Ward lifted his head and his focus fell on the gargantuan nugget in Wash’s hand. He dropped his pen and his mouth hung open. Then, “Mother of God! Wash, you said you were goin’!”

“What’d I tell you?” said the old prospector. “You brung me into town without no sleep and then you turn around and shoot the feller I was here to take care of! You beat everything, you know that?” And then he stomped past Jason, pocketing the gold again, his pants listing with its weight, and walked out onto the street and toward the saloon.

“You think that thing’s real?” Ward asked.

“Looked like it was.” It hadn’t even qualified as a nugget. If it’d been much bigger, Jenny could have used it in her rock garden, out back of the house.

“I need a smoke.” Ward fumbled in his pocket.

“I’ll join you.”

The two men sat in the office smoking for a while before Ward said, “You ever seen anything like that in your whole cotton-pickin’ life?”

Jason just shook his head. As yesterday, he told himself that it could have been pyrite, but he figured himself a good enough judge to tell the difference. If he knew where Wash had been digging, he would have been out of town like a shot.

No, he wouldn’t. It was Wash’s gold. And he kept on repeating that to himself. “It’s Wash’s, it’s Wash’s.”

“Key-rist,” said Ward. “Now I know what they mean by having larceny in your heart. How much you suppose a thing like that’s worth?”

Jason shook his head. “Have to have it assayed. But I’d say somewhere in the thousands. Maybe tens of thousands.”

“Key-rist,” Ward repeated.

“First thing in the morning, you make him go over to the bank and have Megan put it in the vault. I mean it this time, all right? I don’t like him walkin’ around town with it on him. Liable to fall through a hole in his britches.”

Ward stared out the front window. “Check, boss.”

Jason stubbed out his smoke and stood up. “I’m goin’ home.”

Later that same evening, while Jason was at home having one of those good “Jenny dinners” and Wash was still at the saloon, Ward Wanamaker was making his evening rounds, checking that everything that was supposed to be locked up was locked up, and that everything was pretty much in its place. He paused, halfway through, when he got up to the gate. It was being left open at night these days, in case something should happen—Heaven forfend—and the wagon train members needed to get inside in a hurry.
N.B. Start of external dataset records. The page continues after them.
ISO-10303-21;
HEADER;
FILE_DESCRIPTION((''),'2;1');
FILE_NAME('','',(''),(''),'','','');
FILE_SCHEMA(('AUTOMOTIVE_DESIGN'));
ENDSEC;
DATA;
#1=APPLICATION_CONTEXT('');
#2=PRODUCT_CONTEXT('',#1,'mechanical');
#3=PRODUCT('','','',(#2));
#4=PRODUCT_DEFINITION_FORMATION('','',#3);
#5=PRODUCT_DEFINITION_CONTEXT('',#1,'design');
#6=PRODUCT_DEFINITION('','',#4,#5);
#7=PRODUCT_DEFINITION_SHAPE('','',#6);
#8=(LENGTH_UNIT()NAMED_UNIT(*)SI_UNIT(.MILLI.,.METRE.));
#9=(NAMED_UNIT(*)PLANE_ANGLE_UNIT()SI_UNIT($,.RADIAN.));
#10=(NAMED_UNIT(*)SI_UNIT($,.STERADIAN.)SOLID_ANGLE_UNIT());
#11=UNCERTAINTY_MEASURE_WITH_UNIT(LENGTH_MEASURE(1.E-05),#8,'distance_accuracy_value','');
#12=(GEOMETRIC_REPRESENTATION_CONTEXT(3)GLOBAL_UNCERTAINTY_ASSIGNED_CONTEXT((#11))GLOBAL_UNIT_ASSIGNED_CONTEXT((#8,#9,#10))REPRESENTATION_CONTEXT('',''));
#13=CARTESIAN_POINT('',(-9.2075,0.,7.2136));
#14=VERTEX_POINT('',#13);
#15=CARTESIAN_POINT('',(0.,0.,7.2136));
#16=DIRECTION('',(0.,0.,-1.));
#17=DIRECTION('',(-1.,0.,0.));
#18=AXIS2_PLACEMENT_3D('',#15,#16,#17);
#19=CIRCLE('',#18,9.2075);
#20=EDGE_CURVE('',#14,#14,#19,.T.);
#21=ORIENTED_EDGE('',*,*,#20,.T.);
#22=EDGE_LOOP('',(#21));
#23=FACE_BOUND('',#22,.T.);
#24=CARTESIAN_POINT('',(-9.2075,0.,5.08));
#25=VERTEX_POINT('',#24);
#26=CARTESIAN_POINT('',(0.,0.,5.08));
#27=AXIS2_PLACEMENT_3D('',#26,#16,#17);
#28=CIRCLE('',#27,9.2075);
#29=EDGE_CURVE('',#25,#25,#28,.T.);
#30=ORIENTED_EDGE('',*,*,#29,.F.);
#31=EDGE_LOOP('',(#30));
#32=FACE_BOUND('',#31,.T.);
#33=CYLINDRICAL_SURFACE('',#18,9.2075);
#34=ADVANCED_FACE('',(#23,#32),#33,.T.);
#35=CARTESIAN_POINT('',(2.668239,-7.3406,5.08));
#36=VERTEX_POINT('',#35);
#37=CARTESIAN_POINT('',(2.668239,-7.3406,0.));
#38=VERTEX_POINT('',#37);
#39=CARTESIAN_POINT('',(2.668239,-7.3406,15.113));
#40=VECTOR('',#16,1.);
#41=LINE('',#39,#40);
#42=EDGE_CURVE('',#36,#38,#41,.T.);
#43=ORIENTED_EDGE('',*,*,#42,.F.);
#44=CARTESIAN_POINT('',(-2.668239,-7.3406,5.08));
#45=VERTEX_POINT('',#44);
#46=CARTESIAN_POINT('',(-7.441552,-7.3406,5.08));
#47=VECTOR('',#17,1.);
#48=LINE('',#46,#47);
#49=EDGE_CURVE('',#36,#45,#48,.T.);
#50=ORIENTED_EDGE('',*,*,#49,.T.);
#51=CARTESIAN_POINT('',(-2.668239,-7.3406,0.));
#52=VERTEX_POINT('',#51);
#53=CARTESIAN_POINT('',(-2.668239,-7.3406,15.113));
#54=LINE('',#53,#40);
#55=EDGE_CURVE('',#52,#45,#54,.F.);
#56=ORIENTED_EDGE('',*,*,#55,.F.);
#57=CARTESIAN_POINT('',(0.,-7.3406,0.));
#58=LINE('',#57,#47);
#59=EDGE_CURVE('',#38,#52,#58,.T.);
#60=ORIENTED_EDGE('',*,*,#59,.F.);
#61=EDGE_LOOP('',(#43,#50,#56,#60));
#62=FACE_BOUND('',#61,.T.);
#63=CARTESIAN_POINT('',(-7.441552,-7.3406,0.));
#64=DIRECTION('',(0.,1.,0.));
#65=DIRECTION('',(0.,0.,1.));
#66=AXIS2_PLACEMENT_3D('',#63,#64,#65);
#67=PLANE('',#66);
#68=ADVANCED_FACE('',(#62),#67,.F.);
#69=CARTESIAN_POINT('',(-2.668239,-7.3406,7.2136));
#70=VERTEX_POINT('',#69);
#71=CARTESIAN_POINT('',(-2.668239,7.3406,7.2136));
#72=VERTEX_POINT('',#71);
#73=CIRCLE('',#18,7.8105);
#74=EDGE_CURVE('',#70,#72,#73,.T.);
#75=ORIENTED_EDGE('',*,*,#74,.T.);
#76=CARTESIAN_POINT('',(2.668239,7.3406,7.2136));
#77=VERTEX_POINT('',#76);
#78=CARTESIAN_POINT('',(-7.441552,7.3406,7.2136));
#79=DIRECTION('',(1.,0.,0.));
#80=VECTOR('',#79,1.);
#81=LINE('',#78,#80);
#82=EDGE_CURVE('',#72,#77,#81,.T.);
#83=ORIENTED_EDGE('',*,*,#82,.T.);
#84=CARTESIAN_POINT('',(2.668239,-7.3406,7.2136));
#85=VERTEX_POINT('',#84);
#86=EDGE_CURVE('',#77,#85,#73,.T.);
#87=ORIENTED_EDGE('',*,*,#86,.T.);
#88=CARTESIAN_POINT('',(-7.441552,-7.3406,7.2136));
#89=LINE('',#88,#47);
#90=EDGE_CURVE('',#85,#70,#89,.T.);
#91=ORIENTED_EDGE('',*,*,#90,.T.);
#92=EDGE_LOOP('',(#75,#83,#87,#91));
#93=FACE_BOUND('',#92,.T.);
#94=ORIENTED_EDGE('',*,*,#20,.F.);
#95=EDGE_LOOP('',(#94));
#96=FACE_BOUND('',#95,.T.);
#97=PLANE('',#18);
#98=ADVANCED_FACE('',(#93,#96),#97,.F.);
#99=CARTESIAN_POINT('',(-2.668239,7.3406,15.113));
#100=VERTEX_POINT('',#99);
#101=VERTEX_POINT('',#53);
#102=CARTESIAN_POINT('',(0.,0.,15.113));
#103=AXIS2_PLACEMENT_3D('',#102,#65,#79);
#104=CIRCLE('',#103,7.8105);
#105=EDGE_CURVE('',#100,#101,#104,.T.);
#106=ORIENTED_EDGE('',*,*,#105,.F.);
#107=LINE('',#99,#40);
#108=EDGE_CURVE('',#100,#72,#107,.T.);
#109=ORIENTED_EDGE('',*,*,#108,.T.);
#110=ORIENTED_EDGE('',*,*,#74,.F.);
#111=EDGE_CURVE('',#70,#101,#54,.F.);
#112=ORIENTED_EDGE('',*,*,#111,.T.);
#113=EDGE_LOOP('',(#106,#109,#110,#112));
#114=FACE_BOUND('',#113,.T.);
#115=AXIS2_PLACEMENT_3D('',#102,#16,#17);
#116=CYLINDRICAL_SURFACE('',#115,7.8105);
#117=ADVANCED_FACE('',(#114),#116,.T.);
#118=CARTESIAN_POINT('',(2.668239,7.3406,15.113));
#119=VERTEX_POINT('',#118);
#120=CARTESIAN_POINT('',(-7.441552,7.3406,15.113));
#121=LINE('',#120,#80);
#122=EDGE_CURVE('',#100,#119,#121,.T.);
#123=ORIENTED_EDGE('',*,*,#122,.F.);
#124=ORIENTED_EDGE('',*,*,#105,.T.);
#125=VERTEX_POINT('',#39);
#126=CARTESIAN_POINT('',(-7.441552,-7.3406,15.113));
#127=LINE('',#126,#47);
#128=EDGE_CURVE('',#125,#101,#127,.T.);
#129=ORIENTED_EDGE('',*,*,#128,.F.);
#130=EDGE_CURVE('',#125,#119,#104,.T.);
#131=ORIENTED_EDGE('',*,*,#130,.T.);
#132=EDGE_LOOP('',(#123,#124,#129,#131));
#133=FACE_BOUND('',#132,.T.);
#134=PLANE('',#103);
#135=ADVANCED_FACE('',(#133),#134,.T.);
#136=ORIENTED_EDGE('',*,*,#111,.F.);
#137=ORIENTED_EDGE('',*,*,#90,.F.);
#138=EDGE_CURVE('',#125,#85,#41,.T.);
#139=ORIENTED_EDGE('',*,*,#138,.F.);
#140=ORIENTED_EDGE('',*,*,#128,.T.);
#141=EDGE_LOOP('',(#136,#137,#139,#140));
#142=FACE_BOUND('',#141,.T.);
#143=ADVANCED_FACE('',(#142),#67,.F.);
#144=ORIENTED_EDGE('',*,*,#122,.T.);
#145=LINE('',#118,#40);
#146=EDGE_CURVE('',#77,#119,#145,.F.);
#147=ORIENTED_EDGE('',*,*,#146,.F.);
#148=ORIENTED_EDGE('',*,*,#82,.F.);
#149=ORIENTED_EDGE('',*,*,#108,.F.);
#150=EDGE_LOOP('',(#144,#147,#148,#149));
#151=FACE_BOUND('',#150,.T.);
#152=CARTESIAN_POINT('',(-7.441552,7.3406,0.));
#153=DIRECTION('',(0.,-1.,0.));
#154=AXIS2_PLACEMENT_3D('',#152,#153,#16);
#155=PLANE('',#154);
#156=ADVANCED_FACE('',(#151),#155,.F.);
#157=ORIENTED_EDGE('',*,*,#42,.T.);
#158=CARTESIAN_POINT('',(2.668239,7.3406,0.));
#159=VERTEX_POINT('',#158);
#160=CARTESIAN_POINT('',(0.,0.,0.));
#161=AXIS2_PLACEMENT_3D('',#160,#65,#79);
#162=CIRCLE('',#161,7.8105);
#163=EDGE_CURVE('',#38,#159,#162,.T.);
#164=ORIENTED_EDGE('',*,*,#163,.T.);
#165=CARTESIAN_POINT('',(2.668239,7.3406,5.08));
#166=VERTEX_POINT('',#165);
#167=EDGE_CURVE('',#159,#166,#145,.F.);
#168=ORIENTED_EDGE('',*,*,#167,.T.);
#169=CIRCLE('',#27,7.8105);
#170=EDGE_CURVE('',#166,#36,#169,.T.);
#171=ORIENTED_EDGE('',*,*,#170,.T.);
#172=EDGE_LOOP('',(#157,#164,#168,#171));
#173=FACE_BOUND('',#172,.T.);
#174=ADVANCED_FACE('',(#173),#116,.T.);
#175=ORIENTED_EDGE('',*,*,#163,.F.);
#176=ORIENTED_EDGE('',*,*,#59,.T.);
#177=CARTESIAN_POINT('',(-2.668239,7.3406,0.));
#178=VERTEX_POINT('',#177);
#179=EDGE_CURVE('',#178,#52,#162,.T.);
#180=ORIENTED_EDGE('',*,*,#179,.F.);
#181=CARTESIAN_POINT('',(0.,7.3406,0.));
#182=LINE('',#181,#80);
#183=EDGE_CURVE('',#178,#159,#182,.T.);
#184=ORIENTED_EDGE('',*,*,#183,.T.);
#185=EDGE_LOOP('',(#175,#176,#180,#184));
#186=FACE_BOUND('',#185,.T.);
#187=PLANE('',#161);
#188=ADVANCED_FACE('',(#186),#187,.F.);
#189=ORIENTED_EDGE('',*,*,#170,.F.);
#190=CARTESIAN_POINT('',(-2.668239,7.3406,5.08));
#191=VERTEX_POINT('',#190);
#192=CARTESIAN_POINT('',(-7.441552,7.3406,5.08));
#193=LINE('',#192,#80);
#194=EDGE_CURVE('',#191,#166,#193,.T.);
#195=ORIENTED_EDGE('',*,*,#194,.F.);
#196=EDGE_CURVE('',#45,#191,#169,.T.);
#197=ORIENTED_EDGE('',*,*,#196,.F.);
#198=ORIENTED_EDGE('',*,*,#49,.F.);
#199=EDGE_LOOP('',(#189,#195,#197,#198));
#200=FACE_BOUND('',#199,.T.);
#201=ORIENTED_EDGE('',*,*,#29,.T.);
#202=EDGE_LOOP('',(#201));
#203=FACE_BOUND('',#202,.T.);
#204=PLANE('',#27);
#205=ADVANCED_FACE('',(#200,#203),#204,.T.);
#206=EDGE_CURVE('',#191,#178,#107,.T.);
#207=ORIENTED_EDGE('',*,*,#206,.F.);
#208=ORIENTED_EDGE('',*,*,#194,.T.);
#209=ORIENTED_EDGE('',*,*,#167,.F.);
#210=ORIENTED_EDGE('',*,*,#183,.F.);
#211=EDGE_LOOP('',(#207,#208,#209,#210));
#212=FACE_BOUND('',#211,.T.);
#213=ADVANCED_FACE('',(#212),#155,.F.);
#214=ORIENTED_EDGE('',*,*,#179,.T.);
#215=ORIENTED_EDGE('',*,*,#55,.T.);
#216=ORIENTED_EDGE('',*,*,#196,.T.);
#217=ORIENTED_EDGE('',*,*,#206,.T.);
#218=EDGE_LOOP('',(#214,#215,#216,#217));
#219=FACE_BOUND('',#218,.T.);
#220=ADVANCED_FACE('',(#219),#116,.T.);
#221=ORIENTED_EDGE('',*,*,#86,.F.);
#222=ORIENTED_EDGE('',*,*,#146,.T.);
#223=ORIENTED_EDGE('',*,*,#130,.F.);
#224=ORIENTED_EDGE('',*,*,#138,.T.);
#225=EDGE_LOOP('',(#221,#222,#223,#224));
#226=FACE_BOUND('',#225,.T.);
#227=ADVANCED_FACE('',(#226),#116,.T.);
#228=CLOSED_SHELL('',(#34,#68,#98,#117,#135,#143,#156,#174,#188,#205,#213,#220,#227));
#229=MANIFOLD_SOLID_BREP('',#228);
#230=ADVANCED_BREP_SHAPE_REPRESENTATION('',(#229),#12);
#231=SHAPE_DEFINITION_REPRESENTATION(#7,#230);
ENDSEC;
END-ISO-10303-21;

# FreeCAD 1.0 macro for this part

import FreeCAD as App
import Part
import Sketcher
Q = App.Units.Quantity

doc = App.newDocument("Part")
body = doc.addObject("PartDesign::Body", "Body")

sketch1 = body.newObject("Sketcher::SketchObject", "Sketch")
sketch1.AttachmentSupport = (doc.getObject("XY_Plane"), [""])
sketch1.MapMode = "FlatFace"
sketch1.addGeometry(Part.Circle(App.Vector(0, 0, 0), App.Vector(0, 0, 1), 8), False)
sketch1.addConstraint(Sketcher.Constraint("Coincident", 0, 3, -1, 1))
sketch1.addConstraint(Sketcher.Constraint("Diameter", 0, Q("0.615 in")))
pad1 = body.newObject("PartDesign::Pad", "Pad")
pad1.Profile = sketch1
pad1.Length = Q("0.595 in")

sketch2 = body.newObject("Sketcher::SketchObject", "Sketch001")
sketch2.AttachmentSupport = (doc.getObject("XY_Plane"), [""])
sketch2.MapMode = "FlatFace"
sketch2.AttachmentOffset = App.Placement(App.Vector(0, 0, 0.595 * 25.4), App.Rotation())
sketch2.addGeometry(Part.LineSegment(App.Vector(-7.4, 8.6, 0), App.Vector(-7.4, 7.3, 0)), False)
sketch2.addGeometry(Part.LineSegment(App.Vector(-7.4, 7.3, 0), App.Vector(7.4, 7.3, 0)), False)
sketch2.addGeometry(Part.LineSegment(App.Vector(7.4, 7.3, 0), App.Vector(7.4, 8.6, 0)), False)
sketch2.addGeometry(Part.LineSegment(App.Vector(7.4, 8.6, 0), App.Vector(-7.4, 8.6, 0)), False)
sketch2.addGeometry(Part.LineSegment(App.Vector(-7.4, -7.3, 0), App.Vector(-7.4, -8.6, 0)), False)
sketch2.addGeometry(Part.LineSegment(App.Vector(-7.4, -8.6, 0), App.Vector(7.4, -8.6, 0)), False)
sketch2.addGeometry(Part.LineSegment(App.Vector(7.4, -8.6, 0), App.Vector(7.4, -7.3, 0)), False)
sketch2.addGeometry(Part.LineSegment(App.Vector(7.4, -7.3, 0), App.Vector(-7.4, -7.3, 0)), False)
sketch2.addConstraint(Sketcher.Constraint("Coincident", 0, 2, 1, 1))
sketch2.addConstraint(Sketcher.Constraint("Coincident", 1, 2, 2, 1))
sketch2.addConstraint(Sketcher.Constraint("Coincident", 2, 2, 3, 1))
sketch2.addConstraint(Sketcher.Constraint("Coincident", 3, 2, 0, 1))
sketch2.addConstraint(Sketcher.Constraint("Coincident", 4, 2, 5, 1))
sketch2.addConstraint(Sketcher.Constraint("Coincident", 5, 2, 6, 1))
sketch2.addConstraint(Sketcher.Constraint("Coincident", 6, 2, 7, 1))
sketch2.addConstraint(Sketcher.Constraint("Coincident", 7, 2, 4, 1))
sketch2.addConstraint(Sketcher.Constraint("Vertical", 0))
sketch2.addConstraint(Sketcher.Constraint("Horizontal", 1))
sketch2.addConstraint(Sketcher.Constraint("Vertical", 2))
sketch2.addConstraint(Sketcher.Constraint("Horizontal", 3))
sketch2.addConstraint(Sketcher.Constraint("Vertical", 4))
sketch2.addConstraint(Sketcher.Constraint("Horizontal", 5))
sketch2.addConstraint(Sketcher.Constraint("Vertical", 6))
sketch2.addConstraint(Sketcher.Constraint("Horizontal", 7))
sketch2.addConstraint(Sketcher.Constraint("Symmetric", 2, 2, 4, 2, -1, 1))
sketch2.addConstraint(Sketcher.Constraint("Symmetric", 0, 2, 6, 2, -1, 1))
sketch2.addConstraint(Sketcher.Constraint("Vertical", 3, 2, 4, 2))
He leaned against one of the posts and rolled, then lit a smoke, breathing out a hazy plume into the crisp night air. The sun had barely set, but nights on the desert were cold, and this looked like it was going to be a real toe-and-finger freezer.

He was almost finished with his smoke and about to stamp it out and get on with his rounds, when he spied movement out there, in the expanse to the south. He waited a moment, which was just enough time for the movement to turn into a horse and rider, a rider who was moving like a bat out of hell.

He was yelling something, too, but Ward couldn’t make it out. All he could hear was somebody shouting something, and all he could see was that same somebody flapping his arms and fanning his horse and riding like sixty.